You can manually change the shock settings. Wouldn't that have more to do with "ride comfort" then moving the car up and down? Noticed no differences in comfort after moving both ends down about 1 inch and didn't expect to. 
Now its time for some larger wheels and tires. These cars badly need something other then 18" stock wheels. Still waiting for something to start the blood pressure up. 

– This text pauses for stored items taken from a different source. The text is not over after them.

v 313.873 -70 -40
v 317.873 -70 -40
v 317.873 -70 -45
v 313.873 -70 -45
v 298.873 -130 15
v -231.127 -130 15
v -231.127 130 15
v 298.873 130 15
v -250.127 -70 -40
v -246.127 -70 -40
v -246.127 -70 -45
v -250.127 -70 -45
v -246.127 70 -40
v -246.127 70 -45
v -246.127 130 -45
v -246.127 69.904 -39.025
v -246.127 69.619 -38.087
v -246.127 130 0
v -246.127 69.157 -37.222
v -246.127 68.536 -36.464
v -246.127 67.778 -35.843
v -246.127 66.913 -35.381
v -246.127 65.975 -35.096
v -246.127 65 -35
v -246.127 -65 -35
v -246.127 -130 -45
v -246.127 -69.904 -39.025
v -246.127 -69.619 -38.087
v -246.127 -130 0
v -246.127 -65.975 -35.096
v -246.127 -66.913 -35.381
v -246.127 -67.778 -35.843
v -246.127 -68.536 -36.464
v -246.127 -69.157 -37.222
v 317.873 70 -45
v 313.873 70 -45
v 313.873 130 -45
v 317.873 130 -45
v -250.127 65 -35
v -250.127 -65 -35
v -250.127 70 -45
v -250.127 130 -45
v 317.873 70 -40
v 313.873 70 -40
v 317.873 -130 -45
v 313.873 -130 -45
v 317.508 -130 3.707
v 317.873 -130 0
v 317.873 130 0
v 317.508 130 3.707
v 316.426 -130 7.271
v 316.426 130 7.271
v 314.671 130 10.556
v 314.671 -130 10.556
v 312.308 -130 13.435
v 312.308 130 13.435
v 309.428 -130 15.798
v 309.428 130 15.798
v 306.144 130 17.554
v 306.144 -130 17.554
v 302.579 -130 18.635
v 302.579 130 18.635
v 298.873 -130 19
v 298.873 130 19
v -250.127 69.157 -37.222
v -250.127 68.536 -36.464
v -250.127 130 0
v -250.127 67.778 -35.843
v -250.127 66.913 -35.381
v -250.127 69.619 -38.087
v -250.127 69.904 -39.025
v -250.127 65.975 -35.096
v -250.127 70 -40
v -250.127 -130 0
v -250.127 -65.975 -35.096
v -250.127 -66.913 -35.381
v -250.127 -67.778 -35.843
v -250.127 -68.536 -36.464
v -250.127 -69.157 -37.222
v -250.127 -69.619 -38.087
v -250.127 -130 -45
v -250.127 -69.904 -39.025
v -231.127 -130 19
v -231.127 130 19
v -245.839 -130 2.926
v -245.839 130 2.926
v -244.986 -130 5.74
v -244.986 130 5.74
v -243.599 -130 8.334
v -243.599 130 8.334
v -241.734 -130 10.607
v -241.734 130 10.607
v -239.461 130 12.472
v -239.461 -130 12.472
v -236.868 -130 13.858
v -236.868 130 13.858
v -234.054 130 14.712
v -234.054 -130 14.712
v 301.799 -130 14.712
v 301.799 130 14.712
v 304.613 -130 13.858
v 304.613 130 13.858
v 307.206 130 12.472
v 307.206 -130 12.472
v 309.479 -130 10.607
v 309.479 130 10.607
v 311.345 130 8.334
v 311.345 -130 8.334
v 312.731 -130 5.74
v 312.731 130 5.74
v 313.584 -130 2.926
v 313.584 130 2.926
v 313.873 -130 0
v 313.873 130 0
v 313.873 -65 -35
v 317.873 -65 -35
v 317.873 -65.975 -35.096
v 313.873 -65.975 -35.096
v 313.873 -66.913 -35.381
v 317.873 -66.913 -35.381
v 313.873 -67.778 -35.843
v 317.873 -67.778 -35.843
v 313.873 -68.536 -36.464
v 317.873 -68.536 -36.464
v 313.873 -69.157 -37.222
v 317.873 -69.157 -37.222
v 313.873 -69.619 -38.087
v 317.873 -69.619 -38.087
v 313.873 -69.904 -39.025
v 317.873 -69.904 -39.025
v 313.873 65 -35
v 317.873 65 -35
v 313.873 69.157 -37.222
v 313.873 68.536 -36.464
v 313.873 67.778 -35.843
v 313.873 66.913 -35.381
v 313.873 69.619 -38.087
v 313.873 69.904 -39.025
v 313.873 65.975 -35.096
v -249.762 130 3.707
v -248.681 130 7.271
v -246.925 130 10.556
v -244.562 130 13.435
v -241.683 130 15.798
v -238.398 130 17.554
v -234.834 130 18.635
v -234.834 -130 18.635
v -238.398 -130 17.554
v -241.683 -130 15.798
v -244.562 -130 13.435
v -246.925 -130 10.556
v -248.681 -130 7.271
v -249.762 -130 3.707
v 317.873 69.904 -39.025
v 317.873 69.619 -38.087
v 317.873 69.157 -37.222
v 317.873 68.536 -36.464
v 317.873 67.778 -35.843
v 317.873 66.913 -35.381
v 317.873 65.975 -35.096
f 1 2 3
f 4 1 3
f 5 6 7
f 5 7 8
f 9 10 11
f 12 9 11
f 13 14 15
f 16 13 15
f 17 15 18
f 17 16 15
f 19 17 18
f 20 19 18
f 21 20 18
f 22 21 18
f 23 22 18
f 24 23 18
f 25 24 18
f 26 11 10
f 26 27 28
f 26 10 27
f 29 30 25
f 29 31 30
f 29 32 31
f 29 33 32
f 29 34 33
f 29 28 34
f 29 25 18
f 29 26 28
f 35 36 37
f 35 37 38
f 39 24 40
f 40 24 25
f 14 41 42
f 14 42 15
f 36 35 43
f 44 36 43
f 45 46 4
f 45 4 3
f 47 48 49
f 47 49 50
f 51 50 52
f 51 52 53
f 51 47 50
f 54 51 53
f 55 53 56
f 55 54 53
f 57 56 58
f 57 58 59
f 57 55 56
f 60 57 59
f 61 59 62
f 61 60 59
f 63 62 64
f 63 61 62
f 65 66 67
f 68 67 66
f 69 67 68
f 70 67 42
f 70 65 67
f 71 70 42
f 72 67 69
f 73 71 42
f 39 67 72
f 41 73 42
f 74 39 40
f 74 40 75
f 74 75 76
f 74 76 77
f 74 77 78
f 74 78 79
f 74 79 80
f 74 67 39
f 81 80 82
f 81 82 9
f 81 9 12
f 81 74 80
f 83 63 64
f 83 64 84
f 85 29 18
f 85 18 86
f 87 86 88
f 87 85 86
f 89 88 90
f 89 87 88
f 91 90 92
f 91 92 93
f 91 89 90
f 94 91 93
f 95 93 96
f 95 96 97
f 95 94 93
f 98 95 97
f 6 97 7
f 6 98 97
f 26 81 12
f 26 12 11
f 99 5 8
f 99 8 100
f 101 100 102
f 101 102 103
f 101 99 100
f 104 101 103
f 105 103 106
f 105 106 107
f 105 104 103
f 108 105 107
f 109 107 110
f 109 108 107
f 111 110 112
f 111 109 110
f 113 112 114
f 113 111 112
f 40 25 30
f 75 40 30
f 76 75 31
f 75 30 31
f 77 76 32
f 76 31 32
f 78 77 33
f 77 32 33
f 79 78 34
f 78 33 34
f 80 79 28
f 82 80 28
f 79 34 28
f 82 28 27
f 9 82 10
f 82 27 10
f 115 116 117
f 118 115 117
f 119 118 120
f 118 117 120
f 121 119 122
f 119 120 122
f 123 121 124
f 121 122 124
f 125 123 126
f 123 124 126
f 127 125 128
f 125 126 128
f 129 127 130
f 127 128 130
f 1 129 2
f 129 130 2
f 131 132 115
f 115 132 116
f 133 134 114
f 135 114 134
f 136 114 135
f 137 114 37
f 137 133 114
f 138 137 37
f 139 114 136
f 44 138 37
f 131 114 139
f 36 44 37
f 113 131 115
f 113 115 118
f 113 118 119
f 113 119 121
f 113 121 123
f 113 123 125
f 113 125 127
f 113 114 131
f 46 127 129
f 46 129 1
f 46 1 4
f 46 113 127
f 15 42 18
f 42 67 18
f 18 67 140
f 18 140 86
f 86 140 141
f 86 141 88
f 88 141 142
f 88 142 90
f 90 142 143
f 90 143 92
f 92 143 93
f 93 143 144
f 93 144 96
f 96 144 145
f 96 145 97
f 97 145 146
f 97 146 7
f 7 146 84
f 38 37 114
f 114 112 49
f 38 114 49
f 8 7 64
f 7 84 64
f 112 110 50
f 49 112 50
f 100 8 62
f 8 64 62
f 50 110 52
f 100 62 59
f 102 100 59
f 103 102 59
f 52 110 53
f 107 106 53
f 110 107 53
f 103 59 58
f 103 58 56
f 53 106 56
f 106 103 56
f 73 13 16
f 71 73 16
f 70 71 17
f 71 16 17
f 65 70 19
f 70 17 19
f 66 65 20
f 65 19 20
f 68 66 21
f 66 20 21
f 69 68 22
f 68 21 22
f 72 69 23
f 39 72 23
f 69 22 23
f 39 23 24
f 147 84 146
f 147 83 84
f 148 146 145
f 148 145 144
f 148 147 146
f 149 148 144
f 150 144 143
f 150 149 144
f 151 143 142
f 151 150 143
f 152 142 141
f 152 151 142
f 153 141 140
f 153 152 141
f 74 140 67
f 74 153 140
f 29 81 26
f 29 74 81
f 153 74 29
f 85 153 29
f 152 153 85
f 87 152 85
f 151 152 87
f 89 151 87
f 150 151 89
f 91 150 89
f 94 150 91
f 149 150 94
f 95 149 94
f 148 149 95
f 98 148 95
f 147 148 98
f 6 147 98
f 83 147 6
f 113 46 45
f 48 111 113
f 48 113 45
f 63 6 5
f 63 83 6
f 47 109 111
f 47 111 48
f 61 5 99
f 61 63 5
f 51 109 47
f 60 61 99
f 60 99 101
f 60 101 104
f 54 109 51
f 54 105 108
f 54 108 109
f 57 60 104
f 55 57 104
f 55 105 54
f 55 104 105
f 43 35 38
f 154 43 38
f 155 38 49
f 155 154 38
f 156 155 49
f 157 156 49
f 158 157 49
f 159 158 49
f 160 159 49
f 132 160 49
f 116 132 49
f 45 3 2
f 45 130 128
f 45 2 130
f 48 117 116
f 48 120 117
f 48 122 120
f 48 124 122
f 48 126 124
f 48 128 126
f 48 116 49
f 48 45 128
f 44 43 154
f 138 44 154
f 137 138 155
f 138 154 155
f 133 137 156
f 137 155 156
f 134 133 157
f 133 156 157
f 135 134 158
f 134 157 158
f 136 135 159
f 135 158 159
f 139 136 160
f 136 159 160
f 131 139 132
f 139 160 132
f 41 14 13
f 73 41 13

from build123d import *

# Parameters (mm, degrees)
F1_DEPTH = 130
F3_DEPTH = 600


with BuildPart() as f1:
    # F0 (on Front) → F1 (new body, symmetric)
    with BuildSketch(Plane.XZ):
        with BuildLine():
            Line((-250.1273464697, -45), (-246.1273464697, -45))
            Line((-246.1273464697, -45), (-246.1273464697, 0))
            ThreePointArc((-246.1273464697, 0), (-241.7339481875, 10.6066017178), (-231.1273464697, 15))
            Line((-231.1273464697, 15), (298.8726535303, 15))
            ThreePointArc((298.8726535303, 15), (309.4792552481, 10.6066017178), (313.8726535303, 0))
            Line((313.8726535303, 0), (313.8726535303, -45))
            Line((313.8726535303, -45), (317.8726535303, -45))
            Line((317.8726535303, -45), (317.8726535303, 0))
            ThreePointArc((317.8726535303, 0), (312.3076823729, 13.4350288425), (298.8726535303, 19))
            Line((298.8726535303, 19), (-231.1273464697, 19))
            ThreePointArc((-231.1273464697, 19), (-244.5623753122, 13.4350288425), (-250.1273464697, 0))
            Line((-250.1273464697, 0), (-250.1273464697, -45))
        make_face()
    extrude(amount=F1_DEPTH, both=True)

    # F2 (on face) → F3 (cut)
    with BuildSketch(Plane.YZ.offset(317.8726535303)):
        with BuildLine():
            Line((-70, -45), (70, -45))
            Line((70, -45), (70, -40))
            ThreePointArc((70, -40), (68.5355339059, -36.4644660941), (65, -35))
            Line((65, -35), (-65, -35))
            ThreePointArc((-65, -35), (-68.5355339059, -36.4644660941), (-70, -40))
            Line((-70, -40), (-70, -45))
        make_face()
    extrude(amount=-F3_DEPTH, mode=Mode.SUBTRACT)


solid = f1.part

_Modified by riccone at 8:45 AM 5-12-2005_


----------



## PanEuropean (Nov 3, 2001)

*Re: (riccone)*


_Quote, originally posted by *riccone* »_4. I assume you can't "fool" the computer into a "too low" setting, it has its limits.
5. Can't therefore understand why the "ride comfort" would be changed by moving the car from one to another level within its capabilities.
You can manually change the shock settings. Wouldn't that have more to do with "ride comfort" then moving the car up and down? Noticed no differences in comfort after moving both ends down about 1 inch and didn't expect to.

All of the above depends on *HOW *you change the ride height. If you change it the proper way - by changing the numbers in the coding of the controller that indicate the amount of offset desired from nominal - then ride comfort should not be affected. If you change ride height by deliberately entering incorrect values during the adaptation process - then ride comfort will be compromised.


----------



## marcelito (Nov 17, 2004)

*Re: (PanEuropean)*

Hi Michael;
I have tried to lower my ride height on my 2004 phaeton with the info you posted on:Ross-Tech: Suspension Level Control Calibration. we have tried with the VAGCOM to input the values that are on the above link. However every time we put the info the values go back to the North American settings. What are the codes to lower the suspension to European specs and what is it that I do wrong.
thanks.


----------



## PanEuropean (Nov 3, 2001)

*Re: (marcelito)*

Hi Marcel:
Have a look at the information that is contained in these two threads - they are the most 'up to date':
Lowering the Car (Adjusting default suspension height)
....Coding the suspension control module (Additional information about lowering the car)
I didn't post the information on the Ross-Tech website - that was posted by some other people, long before I arrived on the scene. Those instructions, which advocate a method of "cheating and fooling the controller", have since been superceded - as far as Phaetons are concerned - by the proper method of recalibration that we have developed here in this forum.
Be aware that if you change the suspension height, wheel alignment WILL change. That is a mathematical fact. For that reason, it is recommended that you get the alignment of all 4 wheels checked at your dealer after you make any changes to ride height. 
Also - have a quick look at this thread, which describes our 'tech day' at the get-together: Phaeton Owner GTG in Auburn Hills, MI - April 23 and 24, 2005. There is some good information about suspension adjustments there.
Michael


----------



## streetsounds (Jun 28, 2003)

*Re: Let's talk about ride height (PanEuropean)*


_Quote, originally posted by *PanEuropean* »_€1,400, which is USD $ 1,800 at today's rates.









Worth it?


----------



## PanEuropean (Nov 3, 2001)

*Re: Let's talk about ride height (streetsounds)*


_Quote, originally posted by *streetsounds* »_Worth it?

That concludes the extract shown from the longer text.